We will use 3 base classifiers as above, and then we will classify using another meta-classifier with the input from the probability outcomes from the base classifiers. We explore different meta-classifier, but it turns out that using Logistic Regression performs quite well in this case.

In [31]:
from sklearn.model_selection import KFold, StratifiedKFold
from imblearn.under_sampling import RandomUnderSampler
from sklearn.metrics import log_loss
from sklearn.gaussian_process import GaussianProcessClassifier
from sklearn.gaussian_process.kernels import RBF
from sklearn.utils import resample
from sklearn.svm import SVC
from sklearn.tree import DecisionTreeClassifier
from sklearn.discriminant_analysis import QuadraticDiscriminantAnalysis

skf = StratifiedKFold(n_splits=10)
all_loss = []

for train_idx, test_idx in skf.split(train_data, train_label):
    cv_data_train = train_data[train_idx]
    cv_data_test = train_data[test_idx]
    cv_label_train = train_label[train_idx]
    cv_label_test = train_label[test_idx]

    # First Classifier
    clf1 = AdaBoostClassifier()
    clf1.fit(cv_data_train, cv_label_train)
    clf1_predict = clf1.predict_proba(cv_data_train)
    
    # Second Classifier
    clf2 = LogisticRegression(C=1000)
    clf2.fit(cv_data_train, cv_label_train)
    clf2_predict = clf2.predict_proba(cv_data_train)

    # Third Classifier
    #X_res, y_res = resample(cv_data_train, cv_label_train, n_samples=2000)
    #clf3 = SVC(kernel='rbf', probability=True, C=1000, gamma=1)
    clf3 = LinearDiscriminantAnalysis()
    clf3.fit(cv_data_train, cv_label_train)    
    clf3.fit(X_res, y_res)
    clf3_predict = clf3.predict_proba(cv_data_train)
    
    # use adaboost as meta classifier for the probabilities from 3 classifier
    clf5 = LogisticRegression(C=0.3)
    clf5.fit(np.concatenate((clf1_predict, clf2_predict, clf3_predict), 
                            axis=1), cv_label_train)
    
    # cek cv data test
    clf1_test = clf1.predict_proba(cv_data_test)
    clf2_test = clf2.predict_proba(cv_data_test)
    clf3_test = clf3.predict_proba(cv_data_test)
    
    cv_data_test = np.concatenate((clf1_test, clf2_test, clf3_test), 
                                  axis=1)
    score = log_loss(cv_label_test, clf5.predict_proba(cv_data_test))
    all_loss.append(score)
    print score
    
print "mean loss:", np.mean(all_loss), "std loss:", np.std(all_loss)

0.694076796883
0.691855953742
0.692381745805
0.69106646102
0.691403121726
0.690352013202
0.693295211347
0.691636771174
0.692330391023
0.692734052607
mean loss: 0.692113251853 std loss: 0.0010369389046


Using the stacked classifier, we get a mean log loss of **0.6921** with Logistic Regression and C=0.3. This is actually comparable to the best base classifier result (**0.6921**). But if we can already achieve such performance using base classifier, why we need stacking?

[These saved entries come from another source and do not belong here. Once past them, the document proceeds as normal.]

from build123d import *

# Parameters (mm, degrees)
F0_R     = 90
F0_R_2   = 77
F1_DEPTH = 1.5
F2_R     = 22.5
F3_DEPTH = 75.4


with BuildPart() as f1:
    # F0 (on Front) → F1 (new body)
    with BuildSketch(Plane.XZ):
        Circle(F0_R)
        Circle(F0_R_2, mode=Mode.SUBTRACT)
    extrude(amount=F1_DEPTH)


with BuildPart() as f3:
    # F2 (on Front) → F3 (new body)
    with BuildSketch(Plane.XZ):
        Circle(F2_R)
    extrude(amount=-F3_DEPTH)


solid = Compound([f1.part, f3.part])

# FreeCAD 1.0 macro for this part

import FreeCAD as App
import Part
import Sketcher
Q = App.Units.Quantity

doc = App.newDocument("Part")
params = doc.addObject("Spreadsheet::Sheet", "Params")
for row, (alias, value) in enumerate([
    ("sketch1_diameter", "180 mm"),
    ("sketch1_diameter2", "154 mm"),
    ("pad1_length", "1.5 mm"),
    ("sketch2_diameter", "45 mm"),
    ("pad2_length", "75.4 mm"),
], start=1):
    params.set(f"A{row}", alias)
    params.set(f"B{row}", "=" + value)
    params.setAlias(f"B{row}", alias)

body = doc.addObject("PartDesign::Body", "Body")

# Sketch on XZ plane
sketch1 = body.newObject("Sketcher::SketchObject", "Sketch")
sketch1.AttachmentSupport = (doc.getObject("XZ_Plane"), [""])
sketch1.MapMode = "FlatFace"
sketch1.addGeometry(Part.Circle(App.Vector(0, 0, 0), App.Vector(0, 0, 1), 90), False)
sketch1.addGeometry(Part.Circle(App.Vector(0, 0, 0), App.Vector(0, 0, 1), 77), False)
sketch1.addConstraint(Sketcher.Constraint("Coincident", 0, 3, -1, 1))
sketch1.addConstraint(Sketcher.Constraint("Coincident", 1, 3, -1, 1))
sketch1.addConstraint(Sketcher.Constraint("Diameter", 0, Q("180 mm")))
sketch1.addConstraint(Sketcher.Constraint("Diameter", 1, Q("154 mm")))
sketch1.setExpression("Constraints[2]", "Params.sketch1_diameter")
sketch1.setExpression("Constraints[3]", "Params.sketch1_diameter2")
pad1 = body.newObject("PartDesign::Pad", "Pad")
pad1.Profile = sketch1
pad1.setExpression("Length", "Params.pad1_length")
body2 = doc.addObject("PartDesign::Body", "Body001")

# Sketch on XZ plane
sketch2 = body2.newObject("Sketcher::SketchObject", "Sketch001")
sketch2.AttachmentSupport = (doc.getObject("XZ_Plane001"), [""])
sketch2.MapMode = "FlatFace"
sketch2.addGeometry(Part.Circle(App.Vector(0, 0, 0), App.Vector(0, 0, 1), 22), False)
sketch2.addConstraint(Sketcher.Constraint("Coincident", 0, 3, -1, 1))
sketch2.addConstraint(Sketcher.Constraint("Diameter", 0, Q("45 mm")))
sketch2.setExpression("Constraints[1]", "Params.sketch2_diameter")
pad2 = body2.newObject("PartDesign::Pad", "Pad001")
pad2.Profile = sketch2
pad2.setExpression("Length", "Params.pad2_length")
pad2.Reversed = True

doc.recompute()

So.. In the end, we conclude that Logistic Regression with C=1000 is the best classifier that we have for our case :)

## Prediction

Now, once we get the best classifier, next thing to do is to predict the outcome from the test set. Since the evaluation will be log loss, we will give a prediction probability of each instances as a range of 0-1. If the probability is greater than 0.5, it will be classified as 1 and vice versa.

In [49]:
clf = LogisticRegression(C=1000)
clf.fit(train_data, train_label)
y_predicted = clf.predict_proba(test_data).tolist()

In [50]:
file_output = open("testfile_output.txt", "w")

counter = 1
for i in y_predicted:
    txt = str(counter) + "," + str(i[1])
    file_output.write(txt+"\n")
    counter += 1

file_output.close()

And we're done :) The committee can check out **testfile.txt** data and evaluate the log loss.